Kennedy didn’t trust that Harriman would follow his directive. He saw Harriman as intent on making Vietnamese policy without regard for his wishes. He sensed that Harriman thought he knew better than the president how to deal with this crisis. Kennedy continued to worry that Harriman and other hawks in the State Department and Pentagon were more inclined to fight in Vietnam than he was. He wanted to be sure that Galbraith would be instructed to seize upon any opportunity that might allow the United States to reduce its involvement in Vietnam. Kennedy wasn’t ready to sign on to negotiations, but he didn’t want to exclude that possibility; at least, not yet.

After reviewing Galbraith’s argument for a political solution, McNamara and the military chiefs emphatically dissented. They argued that the policies in place had not been given a fair trial and that a negotiated settlement in Vietnam would have disastrous effects on U.S. relations with allies everywhere. Galbraith’s proposals were “tantamount to abandoning South Vietnam to the Communists” and losing Southeast Asia. The country was “a testing ground of U.S. resolution in Asia. . . . The Department of Defense cannot concur in the policy advanced by Ambassador Galbraith,” the Chiefs told Kennedy, “but believe strongly that present policy toward South Vietnam should be pursued vigorously to a successful conclusion.”

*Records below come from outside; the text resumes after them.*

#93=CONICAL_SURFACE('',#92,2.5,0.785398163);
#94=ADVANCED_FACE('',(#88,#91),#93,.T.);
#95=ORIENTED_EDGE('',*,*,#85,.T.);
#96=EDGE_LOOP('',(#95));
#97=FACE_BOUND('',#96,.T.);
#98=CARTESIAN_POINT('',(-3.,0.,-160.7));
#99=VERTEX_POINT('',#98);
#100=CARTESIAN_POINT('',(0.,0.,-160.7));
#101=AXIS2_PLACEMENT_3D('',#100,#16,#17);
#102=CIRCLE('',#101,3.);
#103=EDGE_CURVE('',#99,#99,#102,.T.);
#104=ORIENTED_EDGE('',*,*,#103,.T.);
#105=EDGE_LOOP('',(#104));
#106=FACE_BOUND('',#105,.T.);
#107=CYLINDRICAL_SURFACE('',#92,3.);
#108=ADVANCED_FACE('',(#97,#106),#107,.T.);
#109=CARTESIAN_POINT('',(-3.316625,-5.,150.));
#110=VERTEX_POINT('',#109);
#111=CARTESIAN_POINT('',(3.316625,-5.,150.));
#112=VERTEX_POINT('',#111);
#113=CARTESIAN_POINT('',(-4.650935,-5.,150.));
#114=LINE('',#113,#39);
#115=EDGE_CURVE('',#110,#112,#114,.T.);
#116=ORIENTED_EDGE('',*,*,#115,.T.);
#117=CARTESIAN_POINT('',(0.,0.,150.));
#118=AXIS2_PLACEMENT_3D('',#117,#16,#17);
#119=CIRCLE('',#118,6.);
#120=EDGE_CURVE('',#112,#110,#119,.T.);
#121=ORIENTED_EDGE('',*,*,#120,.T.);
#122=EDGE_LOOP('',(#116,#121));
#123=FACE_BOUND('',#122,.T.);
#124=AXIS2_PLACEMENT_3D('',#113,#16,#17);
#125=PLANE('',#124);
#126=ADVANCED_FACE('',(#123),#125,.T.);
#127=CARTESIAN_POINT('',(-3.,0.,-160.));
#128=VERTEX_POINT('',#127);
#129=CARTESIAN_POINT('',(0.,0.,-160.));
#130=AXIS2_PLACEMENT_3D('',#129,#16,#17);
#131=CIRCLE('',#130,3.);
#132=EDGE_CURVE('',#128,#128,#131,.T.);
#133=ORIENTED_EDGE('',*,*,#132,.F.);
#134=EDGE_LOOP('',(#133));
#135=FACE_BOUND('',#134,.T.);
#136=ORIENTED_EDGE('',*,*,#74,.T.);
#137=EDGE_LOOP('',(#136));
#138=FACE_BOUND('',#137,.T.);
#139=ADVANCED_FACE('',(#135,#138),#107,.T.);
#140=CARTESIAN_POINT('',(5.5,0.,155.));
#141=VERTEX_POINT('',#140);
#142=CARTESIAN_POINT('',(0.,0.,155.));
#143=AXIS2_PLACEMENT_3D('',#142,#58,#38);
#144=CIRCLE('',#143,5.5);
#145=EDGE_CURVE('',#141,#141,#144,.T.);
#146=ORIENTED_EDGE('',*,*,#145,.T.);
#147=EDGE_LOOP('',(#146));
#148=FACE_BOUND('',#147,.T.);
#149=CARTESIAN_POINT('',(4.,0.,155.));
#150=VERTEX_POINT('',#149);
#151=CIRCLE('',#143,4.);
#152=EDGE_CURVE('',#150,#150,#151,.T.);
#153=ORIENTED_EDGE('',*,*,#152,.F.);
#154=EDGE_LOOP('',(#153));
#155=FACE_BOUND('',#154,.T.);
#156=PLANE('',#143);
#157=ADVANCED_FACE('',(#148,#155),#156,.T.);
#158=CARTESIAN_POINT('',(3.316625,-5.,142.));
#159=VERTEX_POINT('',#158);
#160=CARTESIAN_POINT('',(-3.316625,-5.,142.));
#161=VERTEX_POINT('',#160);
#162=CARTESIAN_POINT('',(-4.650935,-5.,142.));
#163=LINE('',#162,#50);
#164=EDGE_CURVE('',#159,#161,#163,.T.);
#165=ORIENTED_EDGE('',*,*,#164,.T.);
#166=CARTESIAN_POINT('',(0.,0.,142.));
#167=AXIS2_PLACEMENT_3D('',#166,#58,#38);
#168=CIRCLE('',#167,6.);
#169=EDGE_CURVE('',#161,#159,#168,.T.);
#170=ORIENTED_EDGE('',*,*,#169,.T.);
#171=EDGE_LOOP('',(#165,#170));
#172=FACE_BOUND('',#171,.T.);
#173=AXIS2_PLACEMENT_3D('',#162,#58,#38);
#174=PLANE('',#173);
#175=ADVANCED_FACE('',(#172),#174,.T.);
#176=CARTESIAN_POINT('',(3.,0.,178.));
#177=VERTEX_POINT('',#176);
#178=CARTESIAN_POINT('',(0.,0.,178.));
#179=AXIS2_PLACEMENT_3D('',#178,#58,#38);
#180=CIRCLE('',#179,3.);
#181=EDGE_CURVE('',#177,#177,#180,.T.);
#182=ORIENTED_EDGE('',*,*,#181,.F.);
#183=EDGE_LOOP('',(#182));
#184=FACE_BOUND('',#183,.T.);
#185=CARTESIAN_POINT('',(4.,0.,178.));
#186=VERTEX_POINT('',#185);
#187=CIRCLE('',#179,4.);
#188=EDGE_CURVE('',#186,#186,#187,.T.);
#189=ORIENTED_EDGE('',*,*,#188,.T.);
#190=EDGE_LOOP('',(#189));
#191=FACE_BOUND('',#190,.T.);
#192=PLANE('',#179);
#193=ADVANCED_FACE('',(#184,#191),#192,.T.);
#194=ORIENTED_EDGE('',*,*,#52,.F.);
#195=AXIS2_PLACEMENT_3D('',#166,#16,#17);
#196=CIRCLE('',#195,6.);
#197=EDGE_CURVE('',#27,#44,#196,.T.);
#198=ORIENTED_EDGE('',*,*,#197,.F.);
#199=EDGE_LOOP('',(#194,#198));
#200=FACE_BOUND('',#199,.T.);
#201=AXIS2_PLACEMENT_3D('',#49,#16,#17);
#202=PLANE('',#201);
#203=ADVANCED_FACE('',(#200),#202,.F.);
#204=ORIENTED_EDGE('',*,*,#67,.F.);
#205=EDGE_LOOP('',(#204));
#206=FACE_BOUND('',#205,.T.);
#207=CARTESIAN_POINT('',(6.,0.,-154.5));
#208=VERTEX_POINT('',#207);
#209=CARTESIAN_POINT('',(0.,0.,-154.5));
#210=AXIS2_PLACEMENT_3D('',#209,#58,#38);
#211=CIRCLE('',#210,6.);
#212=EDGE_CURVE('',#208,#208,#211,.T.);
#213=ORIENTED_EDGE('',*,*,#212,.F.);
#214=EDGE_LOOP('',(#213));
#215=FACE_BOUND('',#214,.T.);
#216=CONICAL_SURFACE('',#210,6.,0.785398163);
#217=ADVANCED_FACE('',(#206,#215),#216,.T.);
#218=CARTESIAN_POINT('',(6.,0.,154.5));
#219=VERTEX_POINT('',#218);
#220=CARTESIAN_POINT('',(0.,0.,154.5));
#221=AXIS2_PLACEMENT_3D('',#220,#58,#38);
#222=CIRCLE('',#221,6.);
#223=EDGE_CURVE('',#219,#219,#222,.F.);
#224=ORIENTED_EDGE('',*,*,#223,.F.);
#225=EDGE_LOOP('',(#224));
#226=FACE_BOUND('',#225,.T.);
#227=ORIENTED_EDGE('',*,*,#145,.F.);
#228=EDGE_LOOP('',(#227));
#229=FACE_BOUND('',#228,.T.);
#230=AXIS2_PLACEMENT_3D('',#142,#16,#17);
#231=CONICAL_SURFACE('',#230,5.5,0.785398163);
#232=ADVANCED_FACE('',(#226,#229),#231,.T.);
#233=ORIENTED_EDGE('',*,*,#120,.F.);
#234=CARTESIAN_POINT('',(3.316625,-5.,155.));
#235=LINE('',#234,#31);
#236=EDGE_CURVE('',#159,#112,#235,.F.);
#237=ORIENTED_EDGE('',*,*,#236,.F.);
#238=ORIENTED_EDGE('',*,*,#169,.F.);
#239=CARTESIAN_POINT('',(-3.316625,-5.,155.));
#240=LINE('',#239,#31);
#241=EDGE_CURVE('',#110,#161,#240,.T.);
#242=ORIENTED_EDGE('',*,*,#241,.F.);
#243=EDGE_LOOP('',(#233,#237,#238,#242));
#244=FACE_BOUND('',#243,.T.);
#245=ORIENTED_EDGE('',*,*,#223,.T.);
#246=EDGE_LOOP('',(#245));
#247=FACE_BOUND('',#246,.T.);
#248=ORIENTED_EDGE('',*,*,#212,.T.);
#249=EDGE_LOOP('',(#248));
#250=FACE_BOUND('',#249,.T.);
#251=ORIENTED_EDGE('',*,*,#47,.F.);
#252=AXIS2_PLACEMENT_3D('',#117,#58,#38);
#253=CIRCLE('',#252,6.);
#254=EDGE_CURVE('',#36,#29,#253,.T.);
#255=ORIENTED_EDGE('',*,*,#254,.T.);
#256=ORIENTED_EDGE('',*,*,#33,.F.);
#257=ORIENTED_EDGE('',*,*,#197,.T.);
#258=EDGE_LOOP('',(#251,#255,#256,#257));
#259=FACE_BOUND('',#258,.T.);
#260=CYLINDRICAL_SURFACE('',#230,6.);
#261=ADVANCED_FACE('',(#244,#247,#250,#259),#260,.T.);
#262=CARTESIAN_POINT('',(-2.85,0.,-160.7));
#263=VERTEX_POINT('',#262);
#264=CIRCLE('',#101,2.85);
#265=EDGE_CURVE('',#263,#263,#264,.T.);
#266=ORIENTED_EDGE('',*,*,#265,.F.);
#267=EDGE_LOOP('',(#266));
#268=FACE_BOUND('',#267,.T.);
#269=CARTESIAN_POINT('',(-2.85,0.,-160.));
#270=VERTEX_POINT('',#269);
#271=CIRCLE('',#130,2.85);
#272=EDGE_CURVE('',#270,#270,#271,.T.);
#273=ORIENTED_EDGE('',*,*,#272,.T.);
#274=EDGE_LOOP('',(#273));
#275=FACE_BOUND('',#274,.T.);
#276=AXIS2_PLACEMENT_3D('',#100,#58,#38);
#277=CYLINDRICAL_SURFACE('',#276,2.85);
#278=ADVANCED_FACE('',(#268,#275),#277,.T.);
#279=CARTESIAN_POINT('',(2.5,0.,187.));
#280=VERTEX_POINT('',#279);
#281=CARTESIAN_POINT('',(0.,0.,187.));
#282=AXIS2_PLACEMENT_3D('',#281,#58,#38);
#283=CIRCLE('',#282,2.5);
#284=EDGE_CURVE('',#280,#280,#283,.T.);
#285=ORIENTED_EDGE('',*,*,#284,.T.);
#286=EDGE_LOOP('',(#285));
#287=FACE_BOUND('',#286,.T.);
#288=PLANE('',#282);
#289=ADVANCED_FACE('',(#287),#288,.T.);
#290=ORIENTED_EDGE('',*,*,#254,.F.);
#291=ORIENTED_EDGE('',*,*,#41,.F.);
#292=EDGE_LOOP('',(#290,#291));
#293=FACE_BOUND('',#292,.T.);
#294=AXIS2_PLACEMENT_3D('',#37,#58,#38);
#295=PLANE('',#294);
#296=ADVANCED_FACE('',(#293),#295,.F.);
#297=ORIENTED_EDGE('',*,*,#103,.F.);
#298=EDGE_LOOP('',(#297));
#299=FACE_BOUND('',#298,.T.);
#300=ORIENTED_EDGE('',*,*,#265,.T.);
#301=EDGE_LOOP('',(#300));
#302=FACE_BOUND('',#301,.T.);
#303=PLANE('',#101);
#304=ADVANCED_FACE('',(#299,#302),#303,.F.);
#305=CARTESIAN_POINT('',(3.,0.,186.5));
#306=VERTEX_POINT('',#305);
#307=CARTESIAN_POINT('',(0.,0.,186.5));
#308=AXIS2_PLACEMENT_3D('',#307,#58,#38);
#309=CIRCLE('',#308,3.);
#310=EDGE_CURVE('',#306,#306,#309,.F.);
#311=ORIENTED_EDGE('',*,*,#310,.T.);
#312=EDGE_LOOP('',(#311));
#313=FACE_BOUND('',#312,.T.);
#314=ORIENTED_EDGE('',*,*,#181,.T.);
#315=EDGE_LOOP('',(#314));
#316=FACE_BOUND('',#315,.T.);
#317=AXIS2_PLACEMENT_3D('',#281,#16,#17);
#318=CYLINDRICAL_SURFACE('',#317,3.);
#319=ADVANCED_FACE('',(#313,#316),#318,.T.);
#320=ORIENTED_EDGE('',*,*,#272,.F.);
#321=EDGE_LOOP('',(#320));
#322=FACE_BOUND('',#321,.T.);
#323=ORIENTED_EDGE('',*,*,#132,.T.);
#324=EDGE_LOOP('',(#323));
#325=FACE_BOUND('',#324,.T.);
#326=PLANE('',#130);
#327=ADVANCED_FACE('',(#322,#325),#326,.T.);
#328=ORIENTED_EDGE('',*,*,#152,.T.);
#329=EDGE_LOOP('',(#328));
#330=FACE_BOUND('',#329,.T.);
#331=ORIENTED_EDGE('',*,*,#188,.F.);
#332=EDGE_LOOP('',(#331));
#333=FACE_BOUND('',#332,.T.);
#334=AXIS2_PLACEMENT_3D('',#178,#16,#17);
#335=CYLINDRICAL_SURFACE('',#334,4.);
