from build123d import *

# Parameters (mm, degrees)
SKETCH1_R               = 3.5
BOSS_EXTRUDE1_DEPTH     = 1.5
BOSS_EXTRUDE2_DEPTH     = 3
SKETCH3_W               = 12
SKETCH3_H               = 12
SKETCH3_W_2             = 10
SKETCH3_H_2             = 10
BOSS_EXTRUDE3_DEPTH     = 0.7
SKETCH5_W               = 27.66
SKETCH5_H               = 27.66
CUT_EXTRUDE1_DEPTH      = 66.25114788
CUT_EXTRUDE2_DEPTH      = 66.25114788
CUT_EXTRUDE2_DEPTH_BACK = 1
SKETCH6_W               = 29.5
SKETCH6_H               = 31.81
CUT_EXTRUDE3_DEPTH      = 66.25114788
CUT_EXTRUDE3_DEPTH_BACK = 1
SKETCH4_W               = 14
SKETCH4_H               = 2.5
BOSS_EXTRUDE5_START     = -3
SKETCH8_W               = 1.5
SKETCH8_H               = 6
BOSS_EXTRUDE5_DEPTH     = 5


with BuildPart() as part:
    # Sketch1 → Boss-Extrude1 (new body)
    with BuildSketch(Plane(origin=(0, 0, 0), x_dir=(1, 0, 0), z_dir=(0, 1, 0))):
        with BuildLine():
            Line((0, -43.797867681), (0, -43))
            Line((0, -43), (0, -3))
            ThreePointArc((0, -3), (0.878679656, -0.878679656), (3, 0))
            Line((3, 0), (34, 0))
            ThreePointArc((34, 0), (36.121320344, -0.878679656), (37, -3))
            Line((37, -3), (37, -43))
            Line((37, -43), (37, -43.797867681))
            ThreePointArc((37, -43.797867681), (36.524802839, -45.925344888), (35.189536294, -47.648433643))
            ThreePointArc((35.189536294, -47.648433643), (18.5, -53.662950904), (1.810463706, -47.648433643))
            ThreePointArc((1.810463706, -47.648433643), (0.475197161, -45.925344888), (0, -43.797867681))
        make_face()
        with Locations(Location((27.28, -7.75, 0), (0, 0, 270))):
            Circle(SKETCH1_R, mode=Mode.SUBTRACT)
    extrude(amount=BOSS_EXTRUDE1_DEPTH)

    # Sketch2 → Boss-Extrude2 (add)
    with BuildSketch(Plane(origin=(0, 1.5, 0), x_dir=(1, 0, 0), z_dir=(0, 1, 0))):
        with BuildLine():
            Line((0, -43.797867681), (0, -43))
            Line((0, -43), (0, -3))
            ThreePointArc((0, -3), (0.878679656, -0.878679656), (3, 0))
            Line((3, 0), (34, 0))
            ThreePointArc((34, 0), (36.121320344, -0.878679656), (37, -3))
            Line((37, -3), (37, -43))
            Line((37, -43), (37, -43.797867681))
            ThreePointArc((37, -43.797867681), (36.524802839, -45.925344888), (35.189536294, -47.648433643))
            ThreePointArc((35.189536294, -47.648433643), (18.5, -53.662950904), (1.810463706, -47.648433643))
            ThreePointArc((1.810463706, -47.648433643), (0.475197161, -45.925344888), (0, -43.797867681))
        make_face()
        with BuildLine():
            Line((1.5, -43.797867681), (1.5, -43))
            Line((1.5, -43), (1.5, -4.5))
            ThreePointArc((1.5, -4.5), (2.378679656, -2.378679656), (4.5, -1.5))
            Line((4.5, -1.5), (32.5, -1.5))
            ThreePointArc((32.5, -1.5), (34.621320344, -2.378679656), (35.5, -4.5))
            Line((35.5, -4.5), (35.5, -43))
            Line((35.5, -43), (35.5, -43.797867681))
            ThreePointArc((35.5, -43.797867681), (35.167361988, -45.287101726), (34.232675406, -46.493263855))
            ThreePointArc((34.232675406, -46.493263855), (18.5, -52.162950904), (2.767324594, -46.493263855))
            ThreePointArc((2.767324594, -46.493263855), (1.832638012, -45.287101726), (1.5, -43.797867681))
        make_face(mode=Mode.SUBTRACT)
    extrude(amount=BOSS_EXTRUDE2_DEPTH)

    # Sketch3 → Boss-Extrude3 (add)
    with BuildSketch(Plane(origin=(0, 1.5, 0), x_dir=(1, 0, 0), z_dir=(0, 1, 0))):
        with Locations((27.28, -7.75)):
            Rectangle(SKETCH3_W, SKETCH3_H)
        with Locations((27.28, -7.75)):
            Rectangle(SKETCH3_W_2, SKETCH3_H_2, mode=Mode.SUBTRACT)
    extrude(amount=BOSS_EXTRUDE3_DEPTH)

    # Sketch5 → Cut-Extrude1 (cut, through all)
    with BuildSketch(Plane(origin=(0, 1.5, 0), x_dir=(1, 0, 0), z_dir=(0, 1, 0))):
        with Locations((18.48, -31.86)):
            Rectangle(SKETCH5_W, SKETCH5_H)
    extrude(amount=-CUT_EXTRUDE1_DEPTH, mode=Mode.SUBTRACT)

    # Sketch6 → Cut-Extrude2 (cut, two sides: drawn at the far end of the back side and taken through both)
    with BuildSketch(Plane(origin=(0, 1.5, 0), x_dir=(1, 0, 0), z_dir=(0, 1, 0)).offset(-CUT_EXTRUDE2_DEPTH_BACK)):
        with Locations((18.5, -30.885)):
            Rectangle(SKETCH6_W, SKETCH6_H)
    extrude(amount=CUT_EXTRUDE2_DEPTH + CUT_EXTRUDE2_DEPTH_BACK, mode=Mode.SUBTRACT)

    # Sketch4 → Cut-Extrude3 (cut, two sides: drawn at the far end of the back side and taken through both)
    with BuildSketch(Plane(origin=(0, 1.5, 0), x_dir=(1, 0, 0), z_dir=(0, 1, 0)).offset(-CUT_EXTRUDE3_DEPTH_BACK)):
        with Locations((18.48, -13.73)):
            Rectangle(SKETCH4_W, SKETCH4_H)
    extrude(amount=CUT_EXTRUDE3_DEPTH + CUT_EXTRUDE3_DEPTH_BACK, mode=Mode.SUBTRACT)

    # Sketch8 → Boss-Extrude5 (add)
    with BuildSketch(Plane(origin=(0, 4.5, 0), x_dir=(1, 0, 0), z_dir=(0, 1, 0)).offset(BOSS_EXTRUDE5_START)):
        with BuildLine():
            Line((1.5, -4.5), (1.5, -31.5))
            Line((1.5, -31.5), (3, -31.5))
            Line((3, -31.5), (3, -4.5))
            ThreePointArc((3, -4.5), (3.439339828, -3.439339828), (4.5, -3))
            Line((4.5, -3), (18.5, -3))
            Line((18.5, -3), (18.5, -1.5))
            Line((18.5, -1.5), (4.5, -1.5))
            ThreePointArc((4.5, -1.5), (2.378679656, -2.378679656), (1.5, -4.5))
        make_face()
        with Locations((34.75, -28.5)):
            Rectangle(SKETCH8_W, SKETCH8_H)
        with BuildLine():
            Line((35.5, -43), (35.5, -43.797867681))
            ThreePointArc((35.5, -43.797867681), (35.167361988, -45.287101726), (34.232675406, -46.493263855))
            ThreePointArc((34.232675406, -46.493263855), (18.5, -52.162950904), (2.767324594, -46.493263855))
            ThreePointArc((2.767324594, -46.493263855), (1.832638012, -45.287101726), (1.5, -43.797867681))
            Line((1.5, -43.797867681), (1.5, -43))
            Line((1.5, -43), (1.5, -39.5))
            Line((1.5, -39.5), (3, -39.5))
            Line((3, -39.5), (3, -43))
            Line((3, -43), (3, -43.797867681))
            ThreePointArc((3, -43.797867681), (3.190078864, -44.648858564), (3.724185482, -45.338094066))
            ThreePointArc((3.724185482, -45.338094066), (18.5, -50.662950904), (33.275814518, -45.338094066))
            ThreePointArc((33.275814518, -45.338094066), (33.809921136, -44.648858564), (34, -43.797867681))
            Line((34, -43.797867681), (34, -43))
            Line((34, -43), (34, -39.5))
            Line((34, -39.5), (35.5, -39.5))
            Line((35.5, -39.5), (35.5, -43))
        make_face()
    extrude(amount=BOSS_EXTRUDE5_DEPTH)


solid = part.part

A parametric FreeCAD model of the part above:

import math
import FreeCAD as App
import Part
import Sketcher

V = App.Vector


def add_polygon(sketch, points):
    """Adds a closed chain of lines whose ends are joined by coincident constraints."""
    first, n = sketch.GeometryCount, len(points)
    for a, b in zip(points, points[1:] + points[:1]):
        sketch.addGeometry(Part.LineSegment(App.Vector(*a, 0), App.Vector(*b, 0)), False)
    for i in range(n):
        sketch.addConstraint(Sketcher.Constraint("Coincident", first + i, 2, first + (i + 1) % n, 1))

doc = App.newDocument("Part")
body = doc.addObject("PartDesign::Body", "Body")

sketch1 = body.newObject("Sketcher::SketchObject", "Sketch")
sketch1.AttachmentSupport = (doc.getObject("XZ_Plane"), [""])
sketch1.MapMode = "FlatFace"
sketch1.addGeometry([
    Part.LineSegment(V(0, 3, 0), V(0, 43.797868, 0)),
    Part.ArcOfCircle(Part.Circle(V(5, 43.797868, 0), V(0, 0, 1), 5), math.radians(129.635945), math.radians(180)),
    Part.ArcOfCircle(Part.Circle(V(18.5, 27.5, 0), V(0, 0, 1), 26.162951), math.radians(50.364055), math.radians(129.635945)),
    Part.ArcOfCircle(Part.Circle(V(32, 43.797868, 0), V(0, 0, 1), 5), math.radians(0), math.radians(50.364055)),
    Part.LineSegment(V(37, 43.797868, 0), V(37, 3, 0)),
    Part.ArcOfCircle(Part.Circle(V(34, 3, 0), V(0, 0, 1), 3), math.radians(-90), math.radians(0)),
    Part.LineSegment(V(34, 0, 0), V(3, 0, 0)),
    Part.ArcOfCircle(Part.Circle(V(3, 3, 0), V(0, 0, 1), 3), math.radians(180), math.radians(270)),
    Part.Circle(V(27.28, 7.75, 0), V(0, 0, 1), 3.5),
], False)
sketch1.addConstraint([
    Sketcher.Constraint("Tangent", 0, 2, 1, 2),
    Sketcher.Constraint("Tangent", 1, 1, 2, 2),
    Sketcher.Constraint("Tangent", 2, 1, 3, 2),
    Sketcher.Constraint("Tangent", 3, 1, 4, 1),
    Sketcher.Constraint("Tangent", 4, 2, 5, 2),
    Sketcher.Constraint("Tangent", 5, 1, 6, 1),
    Sketcher.Constraint("Tangent", 6, 2, 7, 2),
    Sketcher.Constraint("Tangent", 7, 1, 0, 1),
    Sketcher.Constraint("Vertical", 0),
    Sketcher.Constraint("Vertical", 4),
    Sketcher.Constraint("Horizontal", 6),
    Sketcher.Constraint("Equal", 1, 3),
    Sketcher.Constraint("Equal", 5, 7),
    Sketcher.Constraint("PointOnObject", 0, 2, -2),
    Sketcher.Constraint("PointOnObject", 5, 1, -1),
    Sketcher.Constraint("Horizontal", 1, 3, 3, 3),
    Sketcher.Constraint("Diameter", 8, 7.0),
    Sketcher.Constraint("Radius", 1, 5.0),
    Sketcher.Constraint("Radius", 5, 3.0),
    Sketcher.Constraint("DistanceX", 6, 2, 6, 1, 31.0),
    Sketcher.Constraint("DistanceY", -1, 1, 2, 3, 27.5),
    Sketcher.Constraint("DistanceX", -1, 1, 8, 3, 27.28),
    Sketcher.Constraint("DistanceY", -1, 1, 8, 3, 7.75),
    Sketcher.Constraint("Radius", 2, 26.162951),
])
pad1 = body.newObject("PartDesign::Pad", "Pad")
pad1.Profile = sketch1
pad1.Length = 1.5
pad1.Reversed = True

When Bowles followed in June and July with additional memos urging consideration of neutralizing Vietnam, Rusk told him, “You realize, of course, you’re spouting the Communist line.” The State Department’s Far Eastern Bureau called Bowles’s initiatives “unrealistic, impractical and premature.” Bowles warned that a likely deterioration in South Vietnam would force a choice between increased troop commitments and an embarrassing withdrawal, but his prediction was dismissed as unworthy of further discussion. It was a measure of how intense the argument over Vietnam had become that Rusk would accuse Bowles of communist sympathies. Vietnam had taken on meaning in the Cold War that greatly exceeded its importance for U.S. national security. But any officeholder who might have pointed out Vietnam’s inflated importance would have exposed himself to attacks not only on his judgment but also on his commitment to defeating the communists.